[Excerpts from a dataset]

+++

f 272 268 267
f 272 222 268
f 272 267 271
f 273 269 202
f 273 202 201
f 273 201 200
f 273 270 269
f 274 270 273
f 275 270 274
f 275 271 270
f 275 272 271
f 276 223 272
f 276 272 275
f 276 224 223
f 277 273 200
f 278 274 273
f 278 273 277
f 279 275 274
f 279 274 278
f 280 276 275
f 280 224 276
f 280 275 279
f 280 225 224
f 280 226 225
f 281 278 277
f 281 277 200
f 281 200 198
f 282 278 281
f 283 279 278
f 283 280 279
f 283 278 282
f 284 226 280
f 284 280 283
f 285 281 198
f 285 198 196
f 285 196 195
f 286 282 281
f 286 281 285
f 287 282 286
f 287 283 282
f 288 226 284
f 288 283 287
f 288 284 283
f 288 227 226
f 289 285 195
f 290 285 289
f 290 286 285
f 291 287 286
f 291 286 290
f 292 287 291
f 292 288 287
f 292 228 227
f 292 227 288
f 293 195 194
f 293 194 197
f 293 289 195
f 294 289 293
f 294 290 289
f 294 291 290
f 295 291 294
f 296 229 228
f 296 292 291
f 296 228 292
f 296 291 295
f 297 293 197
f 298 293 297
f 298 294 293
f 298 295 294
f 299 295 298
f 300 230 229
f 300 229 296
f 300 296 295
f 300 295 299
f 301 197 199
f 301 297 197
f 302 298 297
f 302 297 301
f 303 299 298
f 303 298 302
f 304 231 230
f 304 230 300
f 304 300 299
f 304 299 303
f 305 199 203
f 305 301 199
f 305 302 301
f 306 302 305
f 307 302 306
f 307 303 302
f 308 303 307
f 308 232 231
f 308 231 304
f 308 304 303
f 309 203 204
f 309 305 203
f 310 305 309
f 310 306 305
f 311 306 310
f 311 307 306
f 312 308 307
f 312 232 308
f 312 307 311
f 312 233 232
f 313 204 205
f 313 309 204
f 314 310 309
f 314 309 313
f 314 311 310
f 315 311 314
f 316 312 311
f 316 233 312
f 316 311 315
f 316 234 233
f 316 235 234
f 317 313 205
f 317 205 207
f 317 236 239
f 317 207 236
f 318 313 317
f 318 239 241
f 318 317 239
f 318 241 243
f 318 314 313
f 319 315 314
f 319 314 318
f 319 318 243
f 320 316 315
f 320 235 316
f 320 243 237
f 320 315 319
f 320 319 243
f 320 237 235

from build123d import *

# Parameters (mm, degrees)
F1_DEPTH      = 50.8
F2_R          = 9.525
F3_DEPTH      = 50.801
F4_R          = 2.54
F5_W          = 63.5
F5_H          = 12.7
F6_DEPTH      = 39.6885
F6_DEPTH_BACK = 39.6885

+++

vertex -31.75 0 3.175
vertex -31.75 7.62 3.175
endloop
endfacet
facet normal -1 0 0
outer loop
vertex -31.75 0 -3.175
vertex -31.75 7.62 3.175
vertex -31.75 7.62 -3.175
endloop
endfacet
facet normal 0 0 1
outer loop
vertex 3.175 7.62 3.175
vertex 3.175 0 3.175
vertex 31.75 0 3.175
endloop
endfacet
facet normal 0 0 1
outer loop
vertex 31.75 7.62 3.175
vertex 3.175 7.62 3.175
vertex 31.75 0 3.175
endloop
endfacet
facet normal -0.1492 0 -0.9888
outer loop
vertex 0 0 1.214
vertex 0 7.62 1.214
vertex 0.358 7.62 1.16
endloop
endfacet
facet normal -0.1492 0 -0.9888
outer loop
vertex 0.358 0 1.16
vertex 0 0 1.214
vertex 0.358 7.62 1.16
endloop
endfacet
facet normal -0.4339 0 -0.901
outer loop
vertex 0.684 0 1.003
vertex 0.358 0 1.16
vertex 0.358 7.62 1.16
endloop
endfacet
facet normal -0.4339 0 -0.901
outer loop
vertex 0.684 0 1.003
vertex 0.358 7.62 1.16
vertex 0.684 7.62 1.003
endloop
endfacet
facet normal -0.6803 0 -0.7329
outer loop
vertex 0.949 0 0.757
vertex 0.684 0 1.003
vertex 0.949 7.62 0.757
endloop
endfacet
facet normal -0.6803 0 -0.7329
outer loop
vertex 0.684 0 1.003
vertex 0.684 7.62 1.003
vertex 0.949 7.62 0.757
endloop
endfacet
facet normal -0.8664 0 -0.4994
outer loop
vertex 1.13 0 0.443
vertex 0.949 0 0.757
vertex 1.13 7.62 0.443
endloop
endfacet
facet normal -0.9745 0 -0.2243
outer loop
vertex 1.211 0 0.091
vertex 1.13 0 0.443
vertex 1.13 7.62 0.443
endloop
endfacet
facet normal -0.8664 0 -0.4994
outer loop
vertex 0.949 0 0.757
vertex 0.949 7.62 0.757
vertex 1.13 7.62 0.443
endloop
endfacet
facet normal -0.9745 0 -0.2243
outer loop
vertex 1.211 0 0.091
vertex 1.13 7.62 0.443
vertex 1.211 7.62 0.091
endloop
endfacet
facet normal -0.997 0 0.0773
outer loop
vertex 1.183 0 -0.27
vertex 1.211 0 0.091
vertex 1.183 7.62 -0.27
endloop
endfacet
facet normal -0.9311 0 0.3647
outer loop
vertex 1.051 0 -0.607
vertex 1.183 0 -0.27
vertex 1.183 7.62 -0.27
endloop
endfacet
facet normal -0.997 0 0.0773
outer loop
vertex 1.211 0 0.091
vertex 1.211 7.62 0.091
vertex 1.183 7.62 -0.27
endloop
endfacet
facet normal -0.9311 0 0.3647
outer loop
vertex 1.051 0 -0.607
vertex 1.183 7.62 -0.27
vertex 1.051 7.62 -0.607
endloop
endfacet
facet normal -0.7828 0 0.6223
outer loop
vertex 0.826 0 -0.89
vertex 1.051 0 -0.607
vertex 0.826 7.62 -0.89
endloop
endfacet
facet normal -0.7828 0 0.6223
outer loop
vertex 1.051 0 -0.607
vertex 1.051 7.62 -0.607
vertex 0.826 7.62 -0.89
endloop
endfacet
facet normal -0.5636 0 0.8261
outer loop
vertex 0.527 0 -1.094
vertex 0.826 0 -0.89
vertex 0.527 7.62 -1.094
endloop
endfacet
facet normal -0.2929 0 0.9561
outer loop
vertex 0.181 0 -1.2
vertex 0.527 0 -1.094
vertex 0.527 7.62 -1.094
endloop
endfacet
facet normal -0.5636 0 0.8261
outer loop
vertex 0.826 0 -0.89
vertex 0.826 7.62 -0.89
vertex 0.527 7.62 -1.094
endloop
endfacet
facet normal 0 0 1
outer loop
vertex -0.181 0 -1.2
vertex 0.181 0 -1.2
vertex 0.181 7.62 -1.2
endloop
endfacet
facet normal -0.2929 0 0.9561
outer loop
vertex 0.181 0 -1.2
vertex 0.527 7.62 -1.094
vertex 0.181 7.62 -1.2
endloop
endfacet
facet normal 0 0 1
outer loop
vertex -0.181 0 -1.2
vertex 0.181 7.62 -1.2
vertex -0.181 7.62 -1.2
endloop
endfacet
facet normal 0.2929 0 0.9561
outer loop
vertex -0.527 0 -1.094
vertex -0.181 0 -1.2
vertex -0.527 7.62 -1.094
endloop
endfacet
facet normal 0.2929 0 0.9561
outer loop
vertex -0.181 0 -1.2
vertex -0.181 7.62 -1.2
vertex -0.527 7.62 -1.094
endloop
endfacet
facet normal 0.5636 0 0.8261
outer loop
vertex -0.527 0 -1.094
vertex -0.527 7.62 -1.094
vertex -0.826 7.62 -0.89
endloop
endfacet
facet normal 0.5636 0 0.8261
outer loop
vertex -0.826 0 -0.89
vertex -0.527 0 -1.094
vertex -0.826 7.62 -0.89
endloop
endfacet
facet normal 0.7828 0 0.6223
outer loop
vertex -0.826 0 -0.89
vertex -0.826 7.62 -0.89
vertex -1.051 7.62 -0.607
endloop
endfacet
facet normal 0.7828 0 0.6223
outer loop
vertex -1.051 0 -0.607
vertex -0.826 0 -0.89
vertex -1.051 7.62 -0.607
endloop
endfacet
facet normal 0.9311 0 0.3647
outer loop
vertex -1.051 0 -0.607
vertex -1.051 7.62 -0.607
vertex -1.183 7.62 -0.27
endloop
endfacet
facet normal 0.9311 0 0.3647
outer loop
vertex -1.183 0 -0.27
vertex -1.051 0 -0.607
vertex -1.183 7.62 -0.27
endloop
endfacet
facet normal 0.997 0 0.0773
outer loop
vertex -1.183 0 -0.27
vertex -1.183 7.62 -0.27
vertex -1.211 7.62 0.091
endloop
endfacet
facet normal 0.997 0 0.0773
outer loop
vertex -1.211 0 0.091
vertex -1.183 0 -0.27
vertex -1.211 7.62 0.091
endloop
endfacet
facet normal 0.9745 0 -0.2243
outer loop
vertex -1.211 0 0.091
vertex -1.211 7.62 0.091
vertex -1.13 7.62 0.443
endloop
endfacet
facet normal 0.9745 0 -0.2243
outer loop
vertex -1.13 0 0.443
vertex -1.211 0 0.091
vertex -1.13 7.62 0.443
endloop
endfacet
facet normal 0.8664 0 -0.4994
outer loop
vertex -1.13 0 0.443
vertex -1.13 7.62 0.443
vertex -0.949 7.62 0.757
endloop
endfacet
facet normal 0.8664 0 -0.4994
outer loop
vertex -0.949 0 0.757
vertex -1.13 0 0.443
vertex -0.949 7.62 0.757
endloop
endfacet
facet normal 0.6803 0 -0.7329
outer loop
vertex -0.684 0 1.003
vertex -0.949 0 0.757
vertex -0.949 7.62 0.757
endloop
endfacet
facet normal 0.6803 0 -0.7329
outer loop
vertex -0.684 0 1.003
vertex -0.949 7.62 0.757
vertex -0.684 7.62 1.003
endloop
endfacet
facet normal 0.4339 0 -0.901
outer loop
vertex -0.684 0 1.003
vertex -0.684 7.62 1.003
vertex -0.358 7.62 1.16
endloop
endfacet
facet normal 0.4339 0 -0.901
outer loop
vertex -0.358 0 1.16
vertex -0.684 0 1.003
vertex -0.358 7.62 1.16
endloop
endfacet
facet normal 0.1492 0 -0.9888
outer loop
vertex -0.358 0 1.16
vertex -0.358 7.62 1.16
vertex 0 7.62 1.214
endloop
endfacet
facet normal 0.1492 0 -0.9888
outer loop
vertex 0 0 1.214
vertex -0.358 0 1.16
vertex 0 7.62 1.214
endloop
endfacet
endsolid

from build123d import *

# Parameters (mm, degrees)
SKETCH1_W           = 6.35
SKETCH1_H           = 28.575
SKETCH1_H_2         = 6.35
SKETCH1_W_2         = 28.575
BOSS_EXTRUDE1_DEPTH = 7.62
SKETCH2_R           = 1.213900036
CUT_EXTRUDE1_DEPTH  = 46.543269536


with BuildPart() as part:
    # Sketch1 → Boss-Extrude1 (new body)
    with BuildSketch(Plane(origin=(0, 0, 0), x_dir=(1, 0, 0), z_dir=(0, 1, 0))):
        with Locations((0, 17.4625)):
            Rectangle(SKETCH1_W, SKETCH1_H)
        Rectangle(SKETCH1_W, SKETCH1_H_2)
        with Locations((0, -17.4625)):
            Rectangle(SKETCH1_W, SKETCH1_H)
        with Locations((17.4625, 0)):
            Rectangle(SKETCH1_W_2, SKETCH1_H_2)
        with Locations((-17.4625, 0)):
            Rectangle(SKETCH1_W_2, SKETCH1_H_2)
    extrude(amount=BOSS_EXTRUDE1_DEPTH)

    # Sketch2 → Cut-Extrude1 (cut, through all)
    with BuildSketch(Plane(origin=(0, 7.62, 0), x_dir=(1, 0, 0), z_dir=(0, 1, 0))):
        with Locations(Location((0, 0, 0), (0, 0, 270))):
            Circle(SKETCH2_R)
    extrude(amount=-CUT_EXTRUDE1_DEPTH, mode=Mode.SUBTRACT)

+++

-- Exercise description --
An exact copy of the lines above between the line holding "f 272 268 267" and the line holding "f 285 198 196", inclusive, is the whole answer.

-- Output of the task --
f 272 268 267
f 272 222 268
f 272 267 271
f 273 269 202
f 273 202 201
f 273 201 200
f 273 270 269
f 274 270 273
f 275 270 274
f 275 271 270
f 275 272 271
f 276 223 272
f 276 272 275
f 276 224 223
f 277 273 200
f 278 274 273
f 278 273 277
f 279 275 274
f 279 274 278
f 280 276 275
f 280 224 276
f 280 275 279
f 280 225 224
f 280 226 225
f 281 278 277
f 281 277 200
f 281 200 198
f 282 278 281
f 283 279 278
f 283 280 279
f 283 278 282
f 284 226 280
f 284 280 283
f 285 281 198
f 285 198 196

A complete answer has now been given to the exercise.